Currently many cultural heritage institutions (CHIs) choose not to digitise their copyright works and make them accessible online because the resources required to carry out manual searches for rights holders (so that they have an evidence base) are too onerous. Some might take a more risk managed approach – but the risks can perturb many of them from taking this approach. The net result is that millions of cultural assets remain warehoused and valuable cultural assets unsurfaced to the public. UK Government has estimated that there are approximately 91 million orphan works across CHIs.
‘Diligent searches’, are those which need to be performed to a standard where a rights holder will be identified if reasonably possible. The UK Government’s Intellectual Property Office (UKIPO) describes what it regards as acceptable, listing resources the applicant to its Orphan Works Licensing Scheme (OWLS) should have considered searching for each type of work. No two searches are identical, and the UKIPO will assess whether the applicant’s search is satisfactory before awarding a licence. The resources used to trace rights holders include ones where clear positive matched are possible, such as collecting societies and rights holder representatives, the use of reverse image searches, commercial image suppliers and more general information sources such as news archives and Google searches.
The human process involves manually undertaking each of those searches, logging into individual provider accounts or searching their archives, or sifting through internet search results. This manual search for rights holders, together with costs associated with the application for an OWLS or other management arrangements can cost in the region of £150 per work.

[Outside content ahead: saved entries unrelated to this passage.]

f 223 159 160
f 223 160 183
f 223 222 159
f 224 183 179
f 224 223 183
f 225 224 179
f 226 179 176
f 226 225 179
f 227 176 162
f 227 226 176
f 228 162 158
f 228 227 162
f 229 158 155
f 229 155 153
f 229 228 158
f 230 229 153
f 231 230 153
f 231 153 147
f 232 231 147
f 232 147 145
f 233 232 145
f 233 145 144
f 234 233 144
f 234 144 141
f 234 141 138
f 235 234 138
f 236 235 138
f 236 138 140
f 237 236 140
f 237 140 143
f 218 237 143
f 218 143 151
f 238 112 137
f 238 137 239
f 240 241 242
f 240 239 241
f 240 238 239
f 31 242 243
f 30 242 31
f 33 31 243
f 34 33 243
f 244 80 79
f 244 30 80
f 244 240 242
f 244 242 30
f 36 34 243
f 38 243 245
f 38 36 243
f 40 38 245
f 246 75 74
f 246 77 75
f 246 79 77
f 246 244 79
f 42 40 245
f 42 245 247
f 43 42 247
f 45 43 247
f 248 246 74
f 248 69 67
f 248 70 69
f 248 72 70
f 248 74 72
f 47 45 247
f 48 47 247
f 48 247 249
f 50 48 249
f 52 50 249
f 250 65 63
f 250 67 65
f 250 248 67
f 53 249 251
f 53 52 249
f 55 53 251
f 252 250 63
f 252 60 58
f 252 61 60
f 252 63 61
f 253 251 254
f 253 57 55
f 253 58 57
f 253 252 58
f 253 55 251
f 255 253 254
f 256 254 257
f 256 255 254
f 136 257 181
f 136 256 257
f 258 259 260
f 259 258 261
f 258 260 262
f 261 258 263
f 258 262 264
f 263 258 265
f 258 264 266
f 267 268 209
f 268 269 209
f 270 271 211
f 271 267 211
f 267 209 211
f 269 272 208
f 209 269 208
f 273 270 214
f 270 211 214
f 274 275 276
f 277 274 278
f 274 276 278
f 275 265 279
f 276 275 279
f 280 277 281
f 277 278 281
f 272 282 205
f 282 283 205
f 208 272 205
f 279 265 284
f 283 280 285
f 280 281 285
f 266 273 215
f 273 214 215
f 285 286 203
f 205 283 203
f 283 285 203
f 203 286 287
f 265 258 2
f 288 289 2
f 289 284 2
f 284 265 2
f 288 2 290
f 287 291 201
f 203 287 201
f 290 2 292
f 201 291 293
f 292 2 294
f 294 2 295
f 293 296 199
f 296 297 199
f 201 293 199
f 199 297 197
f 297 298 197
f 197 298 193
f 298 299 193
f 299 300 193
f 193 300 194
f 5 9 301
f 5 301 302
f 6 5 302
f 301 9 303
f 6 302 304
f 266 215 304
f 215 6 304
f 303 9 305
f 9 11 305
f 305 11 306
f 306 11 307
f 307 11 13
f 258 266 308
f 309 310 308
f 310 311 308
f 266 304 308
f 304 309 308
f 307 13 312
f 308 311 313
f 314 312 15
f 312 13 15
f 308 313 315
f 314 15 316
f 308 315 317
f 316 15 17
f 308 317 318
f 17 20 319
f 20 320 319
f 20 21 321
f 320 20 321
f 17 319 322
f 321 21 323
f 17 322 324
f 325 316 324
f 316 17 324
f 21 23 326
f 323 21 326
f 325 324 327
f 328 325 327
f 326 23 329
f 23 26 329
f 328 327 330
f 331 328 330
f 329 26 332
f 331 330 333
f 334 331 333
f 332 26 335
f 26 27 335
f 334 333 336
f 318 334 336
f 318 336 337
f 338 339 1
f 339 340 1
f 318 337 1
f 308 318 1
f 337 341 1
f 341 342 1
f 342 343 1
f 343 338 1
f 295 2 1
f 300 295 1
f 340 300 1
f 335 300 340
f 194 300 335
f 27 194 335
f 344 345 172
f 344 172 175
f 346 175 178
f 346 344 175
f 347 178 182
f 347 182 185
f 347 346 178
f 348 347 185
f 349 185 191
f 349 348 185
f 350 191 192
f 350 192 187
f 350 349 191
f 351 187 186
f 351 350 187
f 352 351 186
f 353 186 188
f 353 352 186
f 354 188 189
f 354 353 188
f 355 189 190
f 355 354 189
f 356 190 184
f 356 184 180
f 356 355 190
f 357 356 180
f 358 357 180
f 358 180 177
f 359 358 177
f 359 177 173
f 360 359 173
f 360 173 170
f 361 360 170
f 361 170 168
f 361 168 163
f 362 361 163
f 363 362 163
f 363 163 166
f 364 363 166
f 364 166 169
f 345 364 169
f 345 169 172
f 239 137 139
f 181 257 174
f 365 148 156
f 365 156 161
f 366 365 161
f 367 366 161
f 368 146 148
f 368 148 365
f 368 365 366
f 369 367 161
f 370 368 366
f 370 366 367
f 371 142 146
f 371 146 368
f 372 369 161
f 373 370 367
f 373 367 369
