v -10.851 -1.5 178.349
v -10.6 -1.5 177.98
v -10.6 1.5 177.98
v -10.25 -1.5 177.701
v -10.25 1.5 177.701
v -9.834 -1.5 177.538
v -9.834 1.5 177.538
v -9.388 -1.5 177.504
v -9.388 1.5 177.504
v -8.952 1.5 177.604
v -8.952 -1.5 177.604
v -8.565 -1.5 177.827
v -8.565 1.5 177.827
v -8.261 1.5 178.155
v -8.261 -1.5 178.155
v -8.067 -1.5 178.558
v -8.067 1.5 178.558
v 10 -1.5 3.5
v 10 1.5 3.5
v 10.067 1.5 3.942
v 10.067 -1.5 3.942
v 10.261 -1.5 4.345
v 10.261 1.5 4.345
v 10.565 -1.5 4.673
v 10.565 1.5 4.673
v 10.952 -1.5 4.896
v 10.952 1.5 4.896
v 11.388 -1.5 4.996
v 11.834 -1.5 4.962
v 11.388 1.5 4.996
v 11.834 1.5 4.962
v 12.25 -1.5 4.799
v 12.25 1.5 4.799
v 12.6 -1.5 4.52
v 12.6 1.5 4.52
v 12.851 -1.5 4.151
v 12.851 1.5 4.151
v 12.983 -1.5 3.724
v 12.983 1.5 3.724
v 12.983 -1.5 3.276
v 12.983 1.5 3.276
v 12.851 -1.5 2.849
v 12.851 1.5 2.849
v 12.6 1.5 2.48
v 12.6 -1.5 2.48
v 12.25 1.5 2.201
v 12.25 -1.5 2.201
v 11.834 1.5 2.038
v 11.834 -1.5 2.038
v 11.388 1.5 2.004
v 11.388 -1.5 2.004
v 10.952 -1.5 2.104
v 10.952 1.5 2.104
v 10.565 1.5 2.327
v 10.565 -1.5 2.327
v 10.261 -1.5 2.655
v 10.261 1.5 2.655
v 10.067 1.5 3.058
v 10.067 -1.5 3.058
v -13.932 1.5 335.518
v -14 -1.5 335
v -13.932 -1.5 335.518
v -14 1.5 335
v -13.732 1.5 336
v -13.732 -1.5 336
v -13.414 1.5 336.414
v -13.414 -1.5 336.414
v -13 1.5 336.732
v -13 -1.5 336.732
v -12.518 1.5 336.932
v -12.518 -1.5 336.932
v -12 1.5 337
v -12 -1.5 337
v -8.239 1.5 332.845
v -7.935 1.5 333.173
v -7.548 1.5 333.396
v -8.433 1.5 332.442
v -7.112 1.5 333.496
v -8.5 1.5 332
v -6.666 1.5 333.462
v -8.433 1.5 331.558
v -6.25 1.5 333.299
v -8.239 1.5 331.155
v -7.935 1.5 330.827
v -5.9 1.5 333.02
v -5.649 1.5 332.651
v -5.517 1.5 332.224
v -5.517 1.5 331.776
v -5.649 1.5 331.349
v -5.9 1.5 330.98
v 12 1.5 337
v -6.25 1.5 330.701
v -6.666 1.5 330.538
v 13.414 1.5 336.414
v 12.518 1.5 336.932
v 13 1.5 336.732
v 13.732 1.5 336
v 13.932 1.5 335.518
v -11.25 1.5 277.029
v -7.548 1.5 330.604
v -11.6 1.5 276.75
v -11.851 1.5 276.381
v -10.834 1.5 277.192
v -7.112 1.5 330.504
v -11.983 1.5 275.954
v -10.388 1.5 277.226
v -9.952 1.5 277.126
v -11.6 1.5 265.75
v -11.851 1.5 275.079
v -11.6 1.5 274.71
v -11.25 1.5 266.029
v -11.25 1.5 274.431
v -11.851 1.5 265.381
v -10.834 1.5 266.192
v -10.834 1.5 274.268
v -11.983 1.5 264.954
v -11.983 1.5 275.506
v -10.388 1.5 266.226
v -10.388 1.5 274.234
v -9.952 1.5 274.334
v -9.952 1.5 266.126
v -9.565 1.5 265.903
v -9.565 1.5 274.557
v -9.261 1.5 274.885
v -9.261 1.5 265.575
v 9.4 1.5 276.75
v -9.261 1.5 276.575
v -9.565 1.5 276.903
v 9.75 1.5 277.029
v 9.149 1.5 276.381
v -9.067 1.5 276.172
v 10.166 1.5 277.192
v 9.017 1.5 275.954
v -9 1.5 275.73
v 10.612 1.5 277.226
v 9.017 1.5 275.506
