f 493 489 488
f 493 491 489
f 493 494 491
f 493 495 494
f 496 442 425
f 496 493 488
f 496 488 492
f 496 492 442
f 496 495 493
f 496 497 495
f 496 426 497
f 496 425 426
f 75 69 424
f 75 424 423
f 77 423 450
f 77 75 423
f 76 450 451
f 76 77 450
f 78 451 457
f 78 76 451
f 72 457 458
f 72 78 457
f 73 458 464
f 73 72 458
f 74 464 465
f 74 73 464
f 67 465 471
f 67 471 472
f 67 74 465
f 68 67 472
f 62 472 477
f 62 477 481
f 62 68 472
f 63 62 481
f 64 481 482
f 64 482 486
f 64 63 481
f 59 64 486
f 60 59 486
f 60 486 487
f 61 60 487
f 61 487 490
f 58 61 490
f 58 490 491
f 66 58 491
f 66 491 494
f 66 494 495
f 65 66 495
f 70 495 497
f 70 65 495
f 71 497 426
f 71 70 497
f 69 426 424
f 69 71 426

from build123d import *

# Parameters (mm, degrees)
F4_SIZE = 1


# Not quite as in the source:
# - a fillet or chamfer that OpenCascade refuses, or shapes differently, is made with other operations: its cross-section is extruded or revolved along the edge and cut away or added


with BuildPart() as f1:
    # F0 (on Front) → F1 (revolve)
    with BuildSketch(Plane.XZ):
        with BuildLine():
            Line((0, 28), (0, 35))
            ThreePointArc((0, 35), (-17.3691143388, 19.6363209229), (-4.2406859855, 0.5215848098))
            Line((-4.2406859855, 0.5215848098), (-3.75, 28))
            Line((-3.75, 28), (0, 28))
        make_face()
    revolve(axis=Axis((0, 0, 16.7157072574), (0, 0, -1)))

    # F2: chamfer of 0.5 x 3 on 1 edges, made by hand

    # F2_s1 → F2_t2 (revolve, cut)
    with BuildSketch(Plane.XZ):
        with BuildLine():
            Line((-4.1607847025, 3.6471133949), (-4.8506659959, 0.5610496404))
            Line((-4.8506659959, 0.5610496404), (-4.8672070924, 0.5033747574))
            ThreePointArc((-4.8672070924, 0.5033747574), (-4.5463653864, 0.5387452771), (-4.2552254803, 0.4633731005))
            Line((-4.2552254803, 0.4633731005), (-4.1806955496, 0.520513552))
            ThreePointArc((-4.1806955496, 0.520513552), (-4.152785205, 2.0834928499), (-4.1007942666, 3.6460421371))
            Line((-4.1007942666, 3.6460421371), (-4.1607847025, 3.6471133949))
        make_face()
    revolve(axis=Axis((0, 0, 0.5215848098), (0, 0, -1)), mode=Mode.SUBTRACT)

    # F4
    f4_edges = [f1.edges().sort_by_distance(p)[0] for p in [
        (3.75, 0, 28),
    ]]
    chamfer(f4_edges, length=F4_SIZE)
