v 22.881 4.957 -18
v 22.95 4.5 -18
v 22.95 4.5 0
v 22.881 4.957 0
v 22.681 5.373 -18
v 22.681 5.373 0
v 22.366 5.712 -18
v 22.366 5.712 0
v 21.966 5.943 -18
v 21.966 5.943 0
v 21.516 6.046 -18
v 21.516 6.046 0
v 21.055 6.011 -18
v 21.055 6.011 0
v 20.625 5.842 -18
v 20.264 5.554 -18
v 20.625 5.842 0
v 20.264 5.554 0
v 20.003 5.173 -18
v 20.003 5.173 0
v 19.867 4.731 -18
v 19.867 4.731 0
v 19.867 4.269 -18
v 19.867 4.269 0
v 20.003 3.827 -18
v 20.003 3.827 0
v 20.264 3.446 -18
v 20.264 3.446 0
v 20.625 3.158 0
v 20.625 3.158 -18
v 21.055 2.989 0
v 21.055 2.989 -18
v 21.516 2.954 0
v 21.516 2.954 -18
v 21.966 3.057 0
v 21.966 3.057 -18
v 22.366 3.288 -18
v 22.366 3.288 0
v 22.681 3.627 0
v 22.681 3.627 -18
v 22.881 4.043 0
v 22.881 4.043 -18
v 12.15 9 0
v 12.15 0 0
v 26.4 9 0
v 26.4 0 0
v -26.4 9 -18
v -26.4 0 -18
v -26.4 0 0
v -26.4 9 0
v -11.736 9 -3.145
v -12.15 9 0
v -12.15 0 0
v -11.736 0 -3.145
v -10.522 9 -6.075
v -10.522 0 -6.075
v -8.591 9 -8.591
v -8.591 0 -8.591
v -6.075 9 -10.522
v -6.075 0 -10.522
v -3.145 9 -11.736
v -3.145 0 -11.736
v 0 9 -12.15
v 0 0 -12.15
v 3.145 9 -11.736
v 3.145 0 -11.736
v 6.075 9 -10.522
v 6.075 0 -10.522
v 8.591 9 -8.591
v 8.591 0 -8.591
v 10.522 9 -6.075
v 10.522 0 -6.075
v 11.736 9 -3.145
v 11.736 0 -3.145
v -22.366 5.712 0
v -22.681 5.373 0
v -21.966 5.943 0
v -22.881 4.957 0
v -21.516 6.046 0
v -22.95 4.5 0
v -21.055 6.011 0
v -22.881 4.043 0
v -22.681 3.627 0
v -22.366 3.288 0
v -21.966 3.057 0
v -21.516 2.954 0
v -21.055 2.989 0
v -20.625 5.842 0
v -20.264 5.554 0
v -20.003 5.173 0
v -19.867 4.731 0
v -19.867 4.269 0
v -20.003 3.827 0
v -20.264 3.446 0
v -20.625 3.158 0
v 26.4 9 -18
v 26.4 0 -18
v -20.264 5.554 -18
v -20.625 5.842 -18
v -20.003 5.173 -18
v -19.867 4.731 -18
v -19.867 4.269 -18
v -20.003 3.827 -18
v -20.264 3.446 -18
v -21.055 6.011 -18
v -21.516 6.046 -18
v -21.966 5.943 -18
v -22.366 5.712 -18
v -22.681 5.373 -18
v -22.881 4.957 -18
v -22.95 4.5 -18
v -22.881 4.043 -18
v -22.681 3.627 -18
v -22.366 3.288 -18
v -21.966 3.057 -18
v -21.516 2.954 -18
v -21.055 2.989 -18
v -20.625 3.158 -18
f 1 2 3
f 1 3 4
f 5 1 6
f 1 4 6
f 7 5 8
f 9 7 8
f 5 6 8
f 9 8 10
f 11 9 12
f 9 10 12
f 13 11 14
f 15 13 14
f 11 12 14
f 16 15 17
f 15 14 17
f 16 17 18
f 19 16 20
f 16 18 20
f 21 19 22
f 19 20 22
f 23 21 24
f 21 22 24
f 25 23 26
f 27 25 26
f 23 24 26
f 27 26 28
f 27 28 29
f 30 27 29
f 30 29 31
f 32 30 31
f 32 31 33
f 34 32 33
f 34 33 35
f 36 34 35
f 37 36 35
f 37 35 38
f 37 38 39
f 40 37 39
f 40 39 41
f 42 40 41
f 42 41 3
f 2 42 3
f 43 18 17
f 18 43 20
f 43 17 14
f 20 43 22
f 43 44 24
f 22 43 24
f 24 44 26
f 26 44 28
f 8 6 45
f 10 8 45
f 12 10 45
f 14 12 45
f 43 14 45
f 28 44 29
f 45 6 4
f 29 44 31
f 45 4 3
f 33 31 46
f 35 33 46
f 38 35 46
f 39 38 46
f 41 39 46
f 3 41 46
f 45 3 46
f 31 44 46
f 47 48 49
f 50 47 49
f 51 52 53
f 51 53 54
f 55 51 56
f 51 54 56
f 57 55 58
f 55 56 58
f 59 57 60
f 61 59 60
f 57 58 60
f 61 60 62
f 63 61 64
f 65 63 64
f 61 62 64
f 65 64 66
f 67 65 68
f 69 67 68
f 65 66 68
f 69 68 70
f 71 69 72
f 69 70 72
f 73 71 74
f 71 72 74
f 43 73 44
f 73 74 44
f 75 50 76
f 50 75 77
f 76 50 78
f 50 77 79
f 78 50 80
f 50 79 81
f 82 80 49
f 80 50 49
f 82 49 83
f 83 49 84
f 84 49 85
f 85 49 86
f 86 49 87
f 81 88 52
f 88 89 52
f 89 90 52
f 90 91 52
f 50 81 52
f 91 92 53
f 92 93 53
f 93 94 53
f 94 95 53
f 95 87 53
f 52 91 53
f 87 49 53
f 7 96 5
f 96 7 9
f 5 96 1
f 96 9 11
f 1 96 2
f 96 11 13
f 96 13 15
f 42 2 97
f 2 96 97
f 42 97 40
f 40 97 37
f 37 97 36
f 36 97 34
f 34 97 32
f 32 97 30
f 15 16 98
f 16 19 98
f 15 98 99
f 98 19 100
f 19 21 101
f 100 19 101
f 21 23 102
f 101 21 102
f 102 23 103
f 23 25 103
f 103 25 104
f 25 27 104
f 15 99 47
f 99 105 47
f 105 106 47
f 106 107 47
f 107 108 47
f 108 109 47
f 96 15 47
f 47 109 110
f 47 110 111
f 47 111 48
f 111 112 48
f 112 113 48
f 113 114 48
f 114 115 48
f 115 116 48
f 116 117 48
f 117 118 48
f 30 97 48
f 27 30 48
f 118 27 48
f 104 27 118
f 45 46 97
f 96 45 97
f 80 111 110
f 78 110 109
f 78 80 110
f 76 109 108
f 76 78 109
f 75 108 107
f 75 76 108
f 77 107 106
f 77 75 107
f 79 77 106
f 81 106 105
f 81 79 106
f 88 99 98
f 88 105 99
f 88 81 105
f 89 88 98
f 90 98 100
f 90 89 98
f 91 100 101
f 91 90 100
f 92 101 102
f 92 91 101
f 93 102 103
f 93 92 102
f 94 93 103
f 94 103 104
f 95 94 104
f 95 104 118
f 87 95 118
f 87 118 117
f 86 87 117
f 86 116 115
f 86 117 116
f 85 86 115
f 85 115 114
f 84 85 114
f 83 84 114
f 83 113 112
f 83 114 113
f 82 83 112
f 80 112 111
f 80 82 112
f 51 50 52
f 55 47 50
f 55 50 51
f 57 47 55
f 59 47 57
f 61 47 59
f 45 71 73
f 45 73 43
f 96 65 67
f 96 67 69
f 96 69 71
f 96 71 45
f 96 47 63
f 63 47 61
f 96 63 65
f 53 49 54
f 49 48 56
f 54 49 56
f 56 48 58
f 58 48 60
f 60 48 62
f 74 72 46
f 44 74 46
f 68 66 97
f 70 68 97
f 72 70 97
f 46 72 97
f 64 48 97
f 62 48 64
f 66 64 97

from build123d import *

# Parameters (mm, degrees)
BOSS_EXTRUDE1_DEPTH = 9
SKETCH2_R           = 1.55
CUT_EXTRUDE1_DEPTH  = 19


with BuildPart() as part:
    # Sketch1 → Boss-Extrude1 (new body)
    with BuildSketch(Plane(origin=(0, 0, 0), x_dir=(1, 0, 0), z_dir=(0, 1, 0))):
        with BuildLine():
            Line((12.15, 0), (26.4, 0))
            Line((26.4, 0), (26.4, 18))
            Line((26.4, 18), (-26.4, 18))
            Line((-26.4, 18), (-26.4, 0))
            Line((-26.4, 0), (-12.15, 0))
            ThreePointArc((-12.15, 0), (0, 12.15), (12.15, 0))
        make_face()
    extrude(amount=BOSS_EXTRUDE1_DEPTH)

    # Sketch2 → Cut-Extrude1 (cut, through all)
    with BuildSketch(Plane.XY):
        with Locations((21.4, 4.5)):
            Circle(SKETCH2_R)
    cut_extrude1 = extrude(amount=-CUT_EXTRUDE1_DEPTH, mode=Mode.SUBTRACT)

    # Mirror1: Cut-Extrude1 across plane
    add(cut_extrude1.mirror(Plane(origin=(0, 0, 0), x_dir=(0, 0, 1), z_dir=(1, 0, 0))), mode=Mode.SUBTRACT)


solid = part.part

The OWH Search platform uses AI to manage a set of tools (agents) to deliver the orphan works diligent search process across multiple images. These tasks include interrogating the work to extract metadata (dates, locations, names etc) which will be used in subsequent assessments, evaluating whether a work is in copyright, image matching, interrogating partner resources via APIs etc and locating any potential rights holders. We are adding tasks and agents as we expand the range of media we can work in (from images and text, eventually to sound and moving images for example) and to increase the sophistication of searches.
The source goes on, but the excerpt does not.